WORK INSTRUCTION: Working from the entries below, give again each line from the first through the one containing "#19=LINE('',#13,#18);", exactly and with nothing else.

Dataset entries:
━━━━━━━━━━

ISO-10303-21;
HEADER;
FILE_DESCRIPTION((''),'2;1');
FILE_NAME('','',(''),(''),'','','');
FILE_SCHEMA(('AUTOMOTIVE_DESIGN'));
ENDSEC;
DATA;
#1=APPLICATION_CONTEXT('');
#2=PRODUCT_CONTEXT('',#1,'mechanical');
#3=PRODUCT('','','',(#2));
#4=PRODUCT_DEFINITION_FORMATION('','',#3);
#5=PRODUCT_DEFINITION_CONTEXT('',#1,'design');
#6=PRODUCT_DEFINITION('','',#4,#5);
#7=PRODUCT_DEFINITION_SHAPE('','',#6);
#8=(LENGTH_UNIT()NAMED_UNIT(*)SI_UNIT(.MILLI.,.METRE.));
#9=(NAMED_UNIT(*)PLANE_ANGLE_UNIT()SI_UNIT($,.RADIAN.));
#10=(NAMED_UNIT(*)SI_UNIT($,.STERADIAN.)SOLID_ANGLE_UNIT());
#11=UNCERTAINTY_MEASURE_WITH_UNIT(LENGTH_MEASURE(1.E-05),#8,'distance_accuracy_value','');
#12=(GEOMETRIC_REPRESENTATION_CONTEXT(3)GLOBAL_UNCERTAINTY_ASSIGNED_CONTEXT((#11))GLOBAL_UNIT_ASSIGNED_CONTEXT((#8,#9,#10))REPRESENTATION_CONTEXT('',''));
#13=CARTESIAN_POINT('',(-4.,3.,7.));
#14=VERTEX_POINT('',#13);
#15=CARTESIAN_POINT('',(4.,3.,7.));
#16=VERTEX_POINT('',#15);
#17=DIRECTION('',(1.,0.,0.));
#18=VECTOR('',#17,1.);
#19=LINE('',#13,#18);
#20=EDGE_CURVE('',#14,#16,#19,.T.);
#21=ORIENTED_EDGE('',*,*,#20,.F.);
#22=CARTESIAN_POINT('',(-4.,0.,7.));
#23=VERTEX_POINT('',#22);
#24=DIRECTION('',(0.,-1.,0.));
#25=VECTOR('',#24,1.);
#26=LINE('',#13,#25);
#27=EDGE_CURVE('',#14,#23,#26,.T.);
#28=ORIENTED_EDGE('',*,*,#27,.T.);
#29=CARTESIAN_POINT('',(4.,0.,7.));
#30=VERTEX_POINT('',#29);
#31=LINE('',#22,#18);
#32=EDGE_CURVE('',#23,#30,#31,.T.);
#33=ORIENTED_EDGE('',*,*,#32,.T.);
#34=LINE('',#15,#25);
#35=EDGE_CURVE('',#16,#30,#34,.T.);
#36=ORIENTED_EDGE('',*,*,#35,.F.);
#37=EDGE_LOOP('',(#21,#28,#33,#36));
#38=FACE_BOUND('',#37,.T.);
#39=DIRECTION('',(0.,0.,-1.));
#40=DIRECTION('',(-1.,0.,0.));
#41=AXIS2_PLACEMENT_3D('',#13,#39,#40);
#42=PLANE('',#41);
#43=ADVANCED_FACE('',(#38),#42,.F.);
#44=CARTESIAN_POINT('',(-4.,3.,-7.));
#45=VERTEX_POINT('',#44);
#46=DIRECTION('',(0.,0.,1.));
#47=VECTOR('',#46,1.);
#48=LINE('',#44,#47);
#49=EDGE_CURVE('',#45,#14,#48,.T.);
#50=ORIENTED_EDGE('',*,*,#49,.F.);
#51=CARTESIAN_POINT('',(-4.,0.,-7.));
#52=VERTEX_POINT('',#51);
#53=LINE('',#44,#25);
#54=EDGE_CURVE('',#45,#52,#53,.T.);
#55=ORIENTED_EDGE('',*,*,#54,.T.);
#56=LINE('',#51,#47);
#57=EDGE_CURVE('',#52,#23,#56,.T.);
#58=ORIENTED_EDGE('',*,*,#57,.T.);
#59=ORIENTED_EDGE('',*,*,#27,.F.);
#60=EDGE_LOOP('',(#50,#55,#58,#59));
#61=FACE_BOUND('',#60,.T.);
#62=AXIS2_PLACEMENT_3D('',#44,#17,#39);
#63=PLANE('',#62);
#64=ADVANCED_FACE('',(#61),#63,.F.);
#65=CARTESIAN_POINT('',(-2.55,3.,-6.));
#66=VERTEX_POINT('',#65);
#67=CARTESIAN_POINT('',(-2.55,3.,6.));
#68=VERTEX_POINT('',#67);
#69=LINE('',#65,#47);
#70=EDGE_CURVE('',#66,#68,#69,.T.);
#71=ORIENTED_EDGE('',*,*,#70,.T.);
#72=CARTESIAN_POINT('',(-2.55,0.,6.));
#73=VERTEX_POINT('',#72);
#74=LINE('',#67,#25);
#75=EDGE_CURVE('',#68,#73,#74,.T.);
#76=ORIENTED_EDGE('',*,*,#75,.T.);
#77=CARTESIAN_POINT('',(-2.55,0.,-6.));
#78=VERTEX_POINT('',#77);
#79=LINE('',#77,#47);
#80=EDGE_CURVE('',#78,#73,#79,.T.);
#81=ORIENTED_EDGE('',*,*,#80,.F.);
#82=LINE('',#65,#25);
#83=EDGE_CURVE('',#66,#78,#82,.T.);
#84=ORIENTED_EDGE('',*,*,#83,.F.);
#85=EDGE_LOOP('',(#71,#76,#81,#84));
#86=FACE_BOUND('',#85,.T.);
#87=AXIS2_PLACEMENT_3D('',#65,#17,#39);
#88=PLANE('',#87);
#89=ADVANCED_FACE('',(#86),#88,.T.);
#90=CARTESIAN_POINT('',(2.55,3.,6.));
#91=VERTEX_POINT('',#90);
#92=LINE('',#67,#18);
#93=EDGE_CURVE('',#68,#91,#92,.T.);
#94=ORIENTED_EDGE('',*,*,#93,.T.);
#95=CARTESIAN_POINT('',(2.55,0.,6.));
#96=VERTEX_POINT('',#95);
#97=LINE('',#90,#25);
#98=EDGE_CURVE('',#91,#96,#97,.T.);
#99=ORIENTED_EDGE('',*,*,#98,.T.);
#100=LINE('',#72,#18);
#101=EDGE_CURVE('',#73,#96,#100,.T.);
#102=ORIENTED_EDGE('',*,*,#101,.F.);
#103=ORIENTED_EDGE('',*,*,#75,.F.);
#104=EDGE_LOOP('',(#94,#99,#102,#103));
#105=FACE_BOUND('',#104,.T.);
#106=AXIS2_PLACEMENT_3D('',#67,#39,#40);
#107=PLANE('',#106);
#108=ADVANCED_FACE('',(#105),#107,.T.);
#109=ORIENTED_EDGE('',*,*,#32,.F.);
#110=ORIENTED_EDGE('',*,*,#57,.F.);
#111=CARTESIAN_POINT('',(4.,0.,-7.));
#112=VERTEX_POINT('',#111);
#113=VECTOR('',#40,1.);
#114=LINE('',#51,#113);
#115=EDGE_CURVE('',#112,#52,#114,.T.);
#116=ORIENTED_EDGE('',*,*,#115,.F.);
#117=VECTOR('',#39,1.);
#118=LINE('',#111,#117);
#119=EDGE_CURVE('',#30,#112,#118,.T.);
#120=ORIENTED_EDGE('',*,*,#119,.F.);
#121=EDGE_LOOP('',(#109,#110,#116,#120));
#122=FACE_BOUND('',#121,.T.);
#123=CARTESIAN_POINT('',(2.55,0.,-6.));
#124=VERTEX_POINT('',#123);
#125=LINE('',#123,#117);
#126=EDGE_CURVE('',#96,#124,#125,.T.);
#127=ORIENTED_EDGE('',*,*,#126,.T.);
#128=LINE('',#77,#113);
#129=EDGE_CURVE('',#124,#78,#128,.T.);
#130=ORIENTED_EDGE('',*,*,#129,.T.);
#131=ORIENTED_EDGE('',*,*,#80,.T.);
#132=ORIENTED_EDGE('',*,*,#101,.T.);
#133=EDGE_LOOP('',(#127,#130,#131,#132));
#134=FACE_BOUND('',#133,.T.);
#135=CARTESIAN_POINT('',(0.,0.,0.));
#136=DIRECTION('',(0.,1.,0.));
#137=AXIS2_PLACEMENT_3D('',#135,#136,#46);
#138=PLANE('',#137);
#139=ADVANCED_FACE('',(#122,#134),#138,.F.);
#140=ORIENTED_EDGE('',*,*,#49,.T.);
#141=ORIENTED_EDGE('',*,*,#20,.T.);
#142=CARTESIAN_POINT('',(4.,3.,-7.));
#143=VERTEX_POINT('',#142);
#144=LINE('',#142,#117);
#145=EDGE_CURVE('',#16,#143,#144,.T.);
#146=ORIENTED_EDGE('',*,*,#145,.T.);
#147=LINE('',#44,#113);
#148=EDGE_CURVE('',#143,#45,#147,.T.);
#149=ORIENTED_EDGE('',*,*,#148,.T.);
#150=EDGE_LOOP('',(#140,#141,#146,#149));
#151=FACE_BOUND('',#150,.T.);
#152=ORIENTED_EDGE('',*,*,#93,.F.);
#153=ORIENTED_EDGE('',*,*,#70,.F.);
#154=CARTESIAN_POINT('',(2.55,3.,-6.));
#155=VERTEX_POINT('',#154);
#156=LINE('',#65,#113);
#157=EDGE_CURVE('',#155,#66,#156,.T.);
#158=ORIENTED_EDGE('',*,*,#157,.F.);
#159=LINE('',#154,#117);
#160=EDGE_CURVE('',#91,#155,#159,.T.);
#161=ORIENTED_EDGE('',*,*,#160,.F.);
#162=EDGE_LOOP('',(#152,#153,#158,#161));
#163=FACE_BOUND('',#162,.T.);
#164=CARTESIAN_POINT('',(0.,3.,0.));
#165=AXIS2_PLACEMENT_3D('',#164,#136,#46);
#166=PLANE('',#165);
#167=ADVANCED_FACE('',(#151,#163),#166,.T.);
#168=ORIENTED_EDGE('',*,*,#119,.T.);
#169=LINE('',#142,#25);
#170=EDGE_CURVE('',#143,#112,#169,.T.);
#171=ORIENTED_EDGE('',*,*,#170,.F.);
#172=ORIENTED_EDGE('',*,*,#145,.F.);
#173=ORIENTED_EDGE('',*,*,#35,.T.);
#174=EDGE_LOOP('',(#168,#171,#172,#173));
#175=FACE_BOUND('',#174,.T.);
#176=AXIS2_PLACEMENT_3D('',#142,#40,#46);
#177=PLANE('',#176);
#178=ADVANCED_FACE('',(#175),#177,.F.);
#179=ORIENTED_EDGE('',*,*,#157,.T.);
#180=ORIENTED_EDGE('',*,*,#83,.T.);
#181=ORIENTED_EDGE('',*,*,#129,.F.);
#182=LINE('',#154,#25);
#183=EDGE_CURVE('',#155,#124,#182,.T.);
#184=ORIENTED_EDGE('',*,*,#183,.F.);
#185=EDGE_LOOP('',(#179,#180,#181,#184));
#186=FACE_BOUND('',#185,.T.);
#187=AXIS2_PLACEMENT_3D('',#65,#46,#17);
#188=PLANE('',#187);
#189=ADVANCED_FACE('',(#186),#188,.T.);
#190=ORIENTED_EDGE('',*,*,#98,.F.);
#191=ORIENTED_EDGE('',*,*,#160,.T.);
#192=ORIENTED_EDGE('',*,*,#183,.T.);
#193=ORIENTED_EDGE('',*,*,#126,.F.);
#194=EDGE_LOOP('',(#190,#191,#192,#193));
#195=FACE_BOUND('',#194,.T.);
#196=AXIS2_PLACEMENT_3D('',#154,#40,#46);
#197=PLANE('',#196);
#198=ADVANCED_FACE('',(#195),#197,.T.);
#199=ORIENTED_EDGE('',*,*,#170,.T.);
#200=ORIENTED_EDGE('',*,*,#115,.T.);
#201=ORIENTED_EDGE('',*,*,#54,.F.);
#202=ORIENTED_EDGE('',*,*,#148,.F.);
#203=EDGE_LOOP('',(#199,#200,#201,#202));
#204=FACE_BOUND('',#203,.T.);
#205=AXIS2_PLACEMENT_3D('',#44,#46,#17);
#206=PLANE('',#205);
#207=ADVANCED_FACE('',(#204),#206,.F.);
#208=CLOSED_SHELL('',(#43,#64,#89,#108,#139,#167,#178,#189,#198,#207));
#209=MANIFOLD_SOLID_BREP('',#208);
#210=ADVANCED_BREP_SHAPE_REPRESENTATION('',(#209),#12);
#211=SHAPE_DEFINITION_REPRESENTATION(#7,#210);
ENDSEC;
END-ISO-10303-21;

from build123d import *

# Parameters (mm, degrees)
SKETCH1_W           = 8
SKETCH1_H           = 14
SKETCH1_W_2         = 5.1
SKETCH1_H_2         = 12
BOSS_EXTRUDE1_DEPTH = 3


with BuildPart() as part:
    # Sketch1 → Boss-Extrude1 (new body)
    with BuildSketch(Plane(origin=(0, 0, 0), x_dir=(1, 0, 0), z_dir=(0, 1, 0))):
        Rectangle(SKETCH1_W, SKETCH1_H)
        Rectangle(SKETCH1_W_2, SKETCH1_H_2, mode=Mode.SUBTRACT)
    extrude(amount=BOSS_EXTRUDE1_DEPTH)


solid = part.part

━━━━━━━━━━

TASK RESULT:
ISO-10303-21;
HEADER;
FILE_DESCRIPTION((''),'2;1');
FILE_NAME('','',(''),(''),'','','');
FILE_SCHEMA(('AUTOMOTIVE_DESIGN'));
ENDSEC;
DATA;
#1=APPLICATION_CONTEXT('');
#2=PRODUCT_CONTEXT('',#1,'mechanical');
#3=PRODUCT('','','',(#2));
#4=PRODUCT_DEFINITION_FORMATION('','',#3);
#5=PRODUCT_DEFINITION_CONTEXT('',#1,'design');
#6=PRODUCT_DEFINITION('','',#4,#5);
#7=PRODUCT_DEFINITION_SHAPE('','',#6);
#8=(LENGTH_UNIT()NAMED_UNIT(*)SI_UNIT(.MILLI.,.METRE.));
#9=(NAMED_UNIT(*)PLANE_ANGLE_UNIT()SI_UNIT($,.RADIAN.));
#10=(NAMED_UNIT(*)SI_UNIT($,.STERADIAN.)SOLID_ANGLE_UNIT());
#11=UNCERTAINTY_MEASURE_WITH_UNIT(LENGTH_MEASURE(1.E-05),#8,'distance_accuracy_value','');
#12=(GEOMETRIC_REPRESENTATION_CONTEXT(3)GLOBAL_UNCERTAINTY_ASSIGNED_CONTEXT((#11))GLOBAL_UNIT_ASSIGNED_CONTEXT((#8,#9,#10))REPRESENTATION_CONTEXT('',''));
#13=CARTESIAN_POINT('',(-4.,3.,7.));
#14=VERTEX_POINT('',#13);
#15=CARTESIAN_POINT('',(4.,3.,7.));
#16=VERTEX_POINT('',#15);
#17=DIRECTION('',(1.,0.,0.));
#18=VECTOR('',#17,1.);
#19=LINE('',#13,#18);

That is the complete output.